Commandant, Arbeitsdorf concentration camp
- In office July 1942 – October 1942
- Preceded by: Martin Gottfried Weiss
- Succeeded by: Camp closed

Personal details
- Born: June 26, 1912 Osnabrück
- Died: March 1945 or after
- Party: NSDAP

= Wilhelm Schitli =

German SS officer (1912–2000)

Wilhelm Schitli (26 June 1912 in Osnabrück – missing in March 1945) was a German SS-Hauptsturmführer and Schutzhaftlagerführer in the Neuengamme concentration camp.

==Life==
In 1934, Schitli, a member of the SS, was a member of the guard of the concentration camp Esterwegen concentration camp and 1936 Rapportführer in the Sachsenhausen concentration camp. In early 1940 he was briefly second Schutzhaftlagerführer in the Buchenwald concentration camp and was in the course of construction of the Neuengamme concentration camp in the spring of 1940, first Schutzhaftlagerführer in the Neuengamme concentration camp.
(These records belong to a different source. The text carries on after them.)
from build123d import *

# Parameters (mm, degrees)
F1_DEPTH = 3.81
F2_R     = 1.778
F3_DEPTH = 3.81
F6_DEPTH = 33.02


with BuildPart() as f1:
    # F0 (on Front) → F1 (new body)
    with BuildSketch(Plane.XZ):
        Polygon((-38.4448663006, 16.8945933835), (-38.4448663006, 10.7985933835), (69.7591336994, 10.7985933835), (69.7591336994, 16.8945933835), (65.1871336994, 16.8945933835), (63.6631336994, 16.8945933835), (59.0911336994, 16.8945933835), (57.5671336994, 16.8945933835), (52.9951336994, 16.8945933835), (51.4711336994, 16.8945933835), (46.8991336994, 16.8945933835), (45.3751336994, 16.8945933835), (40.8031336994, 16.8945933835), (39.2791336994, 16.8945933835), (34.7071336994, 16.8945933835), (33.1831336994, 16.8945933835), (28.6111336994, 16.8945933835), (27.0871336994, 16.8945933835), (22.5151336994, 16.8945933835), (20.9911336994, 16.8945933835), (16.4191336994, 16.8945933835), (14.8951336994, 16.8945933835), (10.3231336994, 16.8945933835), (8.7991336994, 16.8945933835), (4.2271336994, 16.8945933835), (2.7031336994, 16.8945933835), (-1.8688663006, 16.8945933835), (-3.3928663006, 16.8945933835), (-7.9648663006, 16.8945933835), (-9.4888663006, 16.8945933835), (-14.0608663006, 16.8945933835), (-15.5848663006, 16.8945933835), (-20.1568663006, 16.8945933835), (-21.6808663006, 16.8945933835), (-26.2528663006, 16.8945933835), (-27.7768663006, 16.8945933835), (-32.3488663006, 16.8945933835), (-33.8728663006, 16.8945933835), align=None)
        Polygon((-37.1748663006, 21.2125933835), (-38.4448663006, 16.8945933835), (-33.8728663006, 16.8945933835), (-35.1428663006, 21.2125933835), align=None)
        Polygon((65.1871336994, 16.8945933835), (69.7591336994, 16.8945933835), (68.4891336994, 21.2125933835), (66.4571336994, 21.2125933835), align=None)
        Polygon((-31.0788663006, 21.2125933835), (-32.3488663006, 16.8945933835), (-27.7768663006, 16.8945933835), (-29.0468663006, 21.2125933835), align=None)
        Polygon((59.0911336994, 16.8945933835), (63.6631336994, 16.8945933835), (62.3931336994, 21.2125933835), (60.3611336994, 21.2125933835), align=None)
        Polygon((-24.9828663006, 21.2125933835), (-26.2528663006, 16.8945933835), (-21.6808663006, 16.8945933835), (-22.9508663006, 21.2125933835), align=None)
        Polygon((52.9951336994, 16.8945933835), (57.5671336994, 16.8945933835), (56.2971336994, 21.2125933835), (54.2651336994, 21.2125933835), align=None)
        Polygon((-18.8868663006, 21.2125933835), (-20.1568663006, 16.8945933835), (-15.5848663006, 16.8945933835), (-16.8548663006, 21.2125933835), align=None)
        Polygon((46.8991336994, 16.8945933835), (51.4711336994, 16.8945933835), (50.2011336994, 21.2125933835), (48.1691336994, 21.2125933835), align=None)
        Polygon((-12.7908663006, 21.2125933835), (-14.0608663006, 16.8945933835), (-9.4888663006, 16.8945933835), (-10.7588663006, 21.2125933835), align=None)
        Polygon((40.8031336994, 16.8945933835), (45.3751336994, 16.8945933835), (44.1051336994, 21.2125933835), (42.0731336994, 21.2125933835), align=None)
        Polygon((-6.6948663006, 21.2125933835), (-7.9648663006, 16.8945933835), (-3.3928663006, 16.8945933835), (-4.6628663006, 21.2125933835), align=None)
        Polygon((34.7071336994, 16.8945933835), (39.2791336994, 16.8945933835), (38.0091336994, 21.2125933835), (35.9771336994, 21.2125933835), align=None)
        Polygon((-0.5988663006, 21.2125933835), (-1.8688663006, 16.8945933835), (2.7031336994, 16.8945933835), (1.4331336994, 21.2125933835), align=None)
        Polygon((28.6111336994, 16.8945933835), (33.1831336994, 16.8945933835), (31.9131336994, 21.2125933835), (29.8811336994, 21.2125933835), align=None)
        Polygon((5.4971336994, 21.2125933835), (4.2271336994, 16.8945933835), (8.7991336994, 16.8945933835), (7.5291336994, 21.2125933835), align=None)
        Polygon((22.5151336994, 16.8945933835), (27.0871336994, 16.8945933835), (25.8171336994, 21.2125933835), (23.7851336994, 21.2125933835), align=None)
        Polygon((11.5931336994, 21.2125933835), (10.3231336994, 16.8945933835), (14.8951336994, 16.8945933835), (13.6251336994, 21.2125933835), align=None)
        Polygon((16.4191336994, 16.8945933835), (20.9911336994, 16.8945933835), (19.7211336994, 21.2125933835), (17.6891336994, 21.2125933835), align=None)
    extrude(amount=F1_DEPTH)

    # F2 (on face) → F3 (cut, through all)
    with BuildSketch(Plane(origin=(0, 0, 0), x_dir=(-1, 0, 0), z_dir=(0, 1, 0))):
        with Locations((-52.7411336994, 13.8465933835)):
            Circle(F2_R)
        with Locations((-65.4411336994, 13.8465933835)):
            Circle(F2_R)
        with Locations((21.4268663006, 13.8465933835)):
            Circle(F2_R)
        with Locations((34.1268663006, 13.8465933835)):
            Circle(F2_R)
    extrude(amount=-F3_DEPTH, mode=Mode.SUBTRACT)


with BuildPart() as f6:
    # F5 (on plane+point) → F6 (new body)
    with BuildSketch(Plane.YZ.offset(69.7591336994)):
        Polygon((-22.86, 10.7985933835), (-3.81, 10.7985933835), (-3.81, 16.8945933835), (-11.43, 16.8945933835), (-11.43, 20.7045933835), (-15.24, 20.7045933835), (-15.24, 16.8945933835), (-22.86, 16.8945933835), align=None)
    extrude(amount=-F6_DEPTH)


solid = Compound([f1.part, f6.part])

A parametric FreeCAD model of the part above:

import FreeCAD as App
import Part
import Sketcher

V = App.Vector
Q = App.Units.Quantity

doc = App.newDocument("Part")
params = doc.addObject("Spreadsheet::Sheet", "Params")
for row, (alias, value) in enumerate([
    ("sketch1_width", "4.26 in"),
    ("sketch1_width2", "0.08 in"),
    ("sketch1_width3", "0.06 in"),
    ("sketch1_height", "0.24 in"),
    ("pad1_length", "0.15 in"),
    ("sketch2_diameter", "0.14 in"),
    ("sketch3_width", "0.3 in"),
    ("sketch3_width2", "0.75 in"),
    ("sketch3_height", "0.24 in"),
    ("pad2_length", "1.3 in"),
], start=1):
    params.set(f"A{row}", alias)
    params.set(f"B{row}", "=" + value)
    params.setAlias(f"B{row}", alias)

body = doc.addObject("PartDesign::Body", "Body")

# Sketch on XZ plane
sketch1 = body.newObject("Sketcher::SketchObject", "Sketch")
sketch1.AttachmentSupport = (doc.getObject("XZ_Plane"), [""])
sketch1.MapMode = "FlatFace"
sketch1.addGeometry([
    Part.LineSegment(V(-38.444866, 16.894593, 0), V(-38.444866, 10.798593, 0)),  # 0
    Part.LineSegment(V(-38.444866, 10.798593, 0), V(69.759134, 10.798593, 0)),  # 1
    Part.LineSegment(V(69.759134, 10.798593, 0), V(69.759134, 16.894593, 0)),  # 2
    Part.LineSegment(V(69.759134, 16.894593, 0), V(68.489134, 21.212593, 0)),  # 3
    Part.LineSegment(V(68.489134, 21.212593, 0), V(66.457134, 21.212593, 0)),  # 4
    Part.LineSegment(V(66.457134, 21.212593, 0), V(65.187134, 16.894593, 0)),  # 5
    Part.LineSegment(V(65.187134, 16.894593, 0), V(63.663134, 16.894593, 0)),  # 6
    Part.LineSegment(V(63.663134, 16.894593, 0), V(62.393134, 21.212593, 0)),  # 7
    Part.LineSegment(V(62.393134, 21.212593, 0), V(60.361134, 21.212593, 0)),  # 8
    Part.LineSegment(V(60.361134, 21.212593, 0), V(59.091134, 16.894593, 0)),  # 9
    Part.LineSegment(V(59.091134, 16.894593, 0), V(57.567134, 16.894593, 0)),  # 10
    Part.LineSegment(V(57.567134, 16.894593, 0), V(56.297134, 21.212593, 0)),  # 11
    Part.LineSegment(V(56.297134, 21.212593, 0), V(54.265134, 21.212593, 0)),  # 12
    Part.LineSegment(V(54.265134, 21.212593, 0), V(52.995134, 16.894593, 0)),  # 13
    Part.LineSegment(V(52.995134, 16.894593, 0), V(51.471134, 16.894593, 0)),  # 14
    Part.LineSegment(V(51.471134, 16.894593, 0), V(50.201134, 21.212593, 0)),  # 15
    Part.LineSegment(V(50.201134, 21.212593, 0), V(48.169134, 21.212593, 0)),  # 16
    Part.LineSegment(V(48.169134, 21.212593, 0), V(46.899134, 16.894593, 0)),  # 17
    Part.LineSegment(V(46.899134, 16.894593, 0), V(45.375134, 16.894593, 0)),  # 18
    Part.LineSegment(V(45.375134, 16.894593, 0), V(44.105134, 21.212593, 0)),  # 19
    Part.LineSegment(V(44.105134, 21.212593, 0), V(42.073134, 21.212593, 0)),  # 20
    Part.LineSegment(V(42.073134, 21.212593, 0), V(40.803134, 16.894593, 0)),  # 21
    Part.LineSegment(V(40.803134, 16.894593, 0), V(39.279134, 16.894593, 0)),  # 22
    Part.LineSegment(V(39.279134, 16.894593, 0), V(38.009134, 21.212593, 0)),  # 23
    Part.LineSegment(V(38.009134, 21.212593, 0), V(35.977134, 21.212593, 0)),  # 24
    Part.LineSegment(V(35.977134, 21.212593, 0), V(34.707134, 16.894593, 0)),  # 25
    Part.LineSegment(V(34.707134, 16.894593, 0), V(33.183134, 16.894593, 0)),  # 26
    Part.LineSegment(V(33.183134, 16.894593, 0), V(31.913134, 21.212593, 0)),  # 27
    Part.LineSegment(V(31.913134, 21.212593, 0), V(29.881134, 21.212593, 0)),  # 28
    Part.LineSegment(V(29.881134, 21.212593, 0), V(28.611134, 16.894593, 0)),  # 29
    Part.LineSegment(V(28.611134, 16.894593, 0), V(27.087134, 16.894593, 0)),  # 30
    Part.LineSegment(V(27.087134, 16.894593, 0), V(25.817134, 21.212593, 0)),  # 31
    Part.LineSegment(V(25.817134, 21.212593, 0), V(23.785134, 21.212593, 0)),  # 32
    Part.LineSegment(V(23.785134, 21.212593, 0), V(22.515134, 16.894593, 0)),  # 33
    Part.LineSegment(V(22.515134, 16.894593, 0), V(20.991134, 16.894593, 0)),  # 34
    Part.LineSegment(V(20.991134, 16.894593, 0), V(19.721134, 21.212593, 0)),  # 35
    Part.LineSegment(V(19.721134, 21.212593, 0), V(17.689134, 21.212593, 0)),  # 36
    Part.LineSegment(V(17.689134, 21.212593, 0), V(16.419134, 16.894593, 0)),  # 37
    Part.LineSegment(V(16.419134, 16.894593, 0), V(14.895134, 16.894593, 0)),  # 38
    Part.LineSegment(V(14.895134, 16.894593, 0), V(13.625134, 21.212593, 0)),  # 39
    Part.LineSegment(V(13.625134, 21.212593, 0), V(11.593134, 21.212593, 0)),  # 40
    Part.LineSegment(V(11.593134, 21.212593, 0), V(10.323134, 16.894593, 0)),  # 41
    Part.LineSegment(V(10.323134, 16.894593, 0), V(8.799134, 16.894593, 0)),  # 42
    Part.LineSegment(V(8.799134, 16.894593, 0), V(7.529134, 21.212593, 0)),  # 43
    Part.LineSegment(V(7.529134, 21.212593, 0), V(5.497134, 21.212593, 0)),  # 44
    Part.LineSegment(V(5.497134, 21.212593, 0), V(4.227134, 16.894593, 0)),  # 45
    Part.LineSegment(V(4.227134, 16.894593, 0), V(2.703134, 16.894593, 0)),  # 46
    Part.LineSegment(V(2.703134, 16.894593, 0), V(1.433134, 21.212593, 0)),  # 47
    Part.LineSegment(V(1.433134, 21.212593, 0), V(-0.598866, 21.212593, 0)),  # 48
    Part.LineSegment(V(-0.598866, 21.212593, 0), V(-1.868866, 16.894593, 0)),  # 49
    Part.LineSegment(V(-1.868866, 16.894593, 0), V(-3.392866, 16.894593, 0)),  # 50
    Part.LineSegment(V(-3.392866, 16.894593, 0), V(-4.662866, 21.212593, 0)),  # 51
    Part.LineSegment(V(-4.662866, 21.212593, 0), V(-6.694866, 21.212593, 0)),  # 52
    Part.LineSegment(V(-6.694866, 21.212593, 0), V(-7.964866, 16.894593, 0)),  # 53
    Part.LineSegment(V(-7.964866, 16.894593, 0), V(-9.488866, 16.894593, 0)),  # 54
    Part.LineSegment(V(-9.488866, 16.894593, 0), V(-10.758866, 21.212593, 0)),  # 55
    Part.LineSegment(V(-10.758866, 21.212593, 0), V(-12.790866, 21.212593, 0)),  # 56
    Part.LineSegment(V(-12.790866, 21.212593, 0), V(-14.060866, 16.894593, 0)),  # 57
    Part.LineSegment(V(-14.060866, 16.894593, 0), V(-15.584866, 16.894593, 0)),  # 58
    Part.LineSegment(V(-15.584866, 16.894593, 0), V(-16.854866, 21.212593, 0)),  # 59
    Part.LineSegment(V(-16.854866, 21.212593, 0), V(-18.886866, 21.212593, 0)),  # 60
    Part.LineSegment(V(-18.886866, 21.212593, 0), V(-20.156866, 16.894593, 0)),  # 61
    Part.LineSegment(V(-20.156866, 16.894593, 0), V(-21.680866, 16.894593, 0)),  # 62
    Part.LineSegment(V(-21.680866, 16.894593, 0), V(-22.950866, 21.212593, 0)),  # 63
    Part.LineSegment(V(-22.950866, 21.212593, 0), V(-24.982866, 21.212593, 0)),  # 64
    Part.LineSegment(V(-24.982866, 21.212593, 0), V(-26.252866, 16.894593, 0)),  # 65
    Part.LineSegment(V(-26.252866, 16.894593, 0), V(-27.776866, 16.894593, 0)),  # 66
    Part.LineSegment(V(-27.776866, 16.894593, 0), V(-29.046866, 21.212593, 0)),  # 67
    Part.LineSegment(V(-29.046866, 21.212593, 0), V(-31.078866, 21.212593, 0)),  # 68
    Part.LineSegment(V(-31.078866, 21.212593, 0), V(-32.348866, 16.894593, 0)),  # 69
    Part.LineSegment(V(-32.348866, 16.894593, 0), V(-33.872866, 16.894593, 0)),  # 70
    Part.LineSegment(V(-33.872866, 16.894593, 0), V(-35.142866, 21.212593, 0)),  # 71
    Part.LineSegment(V(-35.142866, 21.212593, 0), V(-37.174866, 21.212593, 0)),  # 72
    Part.LineSegment(V(-37.174866, 21.212593, 0), V(-38.444866, 16.894593, 0)),  # 73
], False)
sketch1.addConstraint([
    Sketcher.Constraint("Coincident", 0, 2, 1, 1),
    Sketcher.Constraint("Coincident", 1, 2, 2, 1),
    Sketcher.Constraint("Coincident", 2, 2, 3, 1),
    Sketcher.Constraint("Coincident", 3, 2, 4, 1),
    Sketcher.Constraint("Coincident", 4, 2, 5, 1),
    Sketcher.Constraint("Coincident", 5, 2, 6, 1),
    Sketcher.Constraint("Coincident", 6, 2, 7, 1),
    Sketcher.Constraint("Coincident", 7, 2, 8, 1),
    Sketcher.Constraint("Coincident", 8, 2, 9, 1),
    Sketcher.Constraint("Coincident", 9, 2, 10, 1),
    Sketcher.Constraint("Coincident", 10, 2, 11, 1),
    Sketcher.Constraint("Coincident", 11, 2, 12, 1),
    Sketcher.Constraint("Coincident", 12, 2, 13, 1),
    Sketcher.Constraint("Coincident", 13, 2, 14, 1),
    Sketcher.Constraint("Coincident", 14, 2, 15, 1),
    Sketcher.Constraint("Coincident", 15, 2, 16, 1),
    Sketcher.Constraint("Coincident", 16, 2, 17, 1),
    Sketcher.Constraint("Coincident", 17, 2, 18, 1),
    Sketcher.Constraint("Coincident", 18, 2, 19, 1),
    Sketcher.Constraint("Coincident", 19, 2, 20, 1),
    Sketcher.Constraint("Coincident", 20, 2, 21, 1),
    Sketcher.Constraint("Coincident", 21, 2, 22, 1),
    Sketcher.Constraint("Coincident", 22, 2, 23, 1),
    Sketcher.Constraint("Coincident", 23, 2, 24, 1),
    Sketcher.Constraint("Coincident", 24, 2, 25, 1),
    Sketcher.Constraint("Coincident", 25, 2, 26, 1),
    Sketcher.Constraint("Coincident", 26, 2, 27, 1),
    Sketcher.Constraint("Coincident", 27, 2, 28, 1),
    Sketcher.Constraint("Coincident", 28, 2, 29, 1),
    Sketcher.Constraint("Coincident", 29, 2, 30, 1),
    Sketcher.Constraint("Coincident", 30, 2, 31, 1),
    Sketcher.Constraint("Coincident", 31, 2, 32, 1),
From mid-July 1942 he also served as Commandant of the independent concentration camp work village, a pilot project for the arms production at Wolfsburg, and replaced on this post Martin Gottfried Weiss. After the founding of this project, he was employed from October 1942 as Commandant of the "Jewish camp" at the SS training area Heidelager in Dębica (Poland) and remained on this post until September 1943. Then came his transfer to the Higher SS and Police Leader Ostland in Riga.

Schitli has been considered missing since 31 March 1945.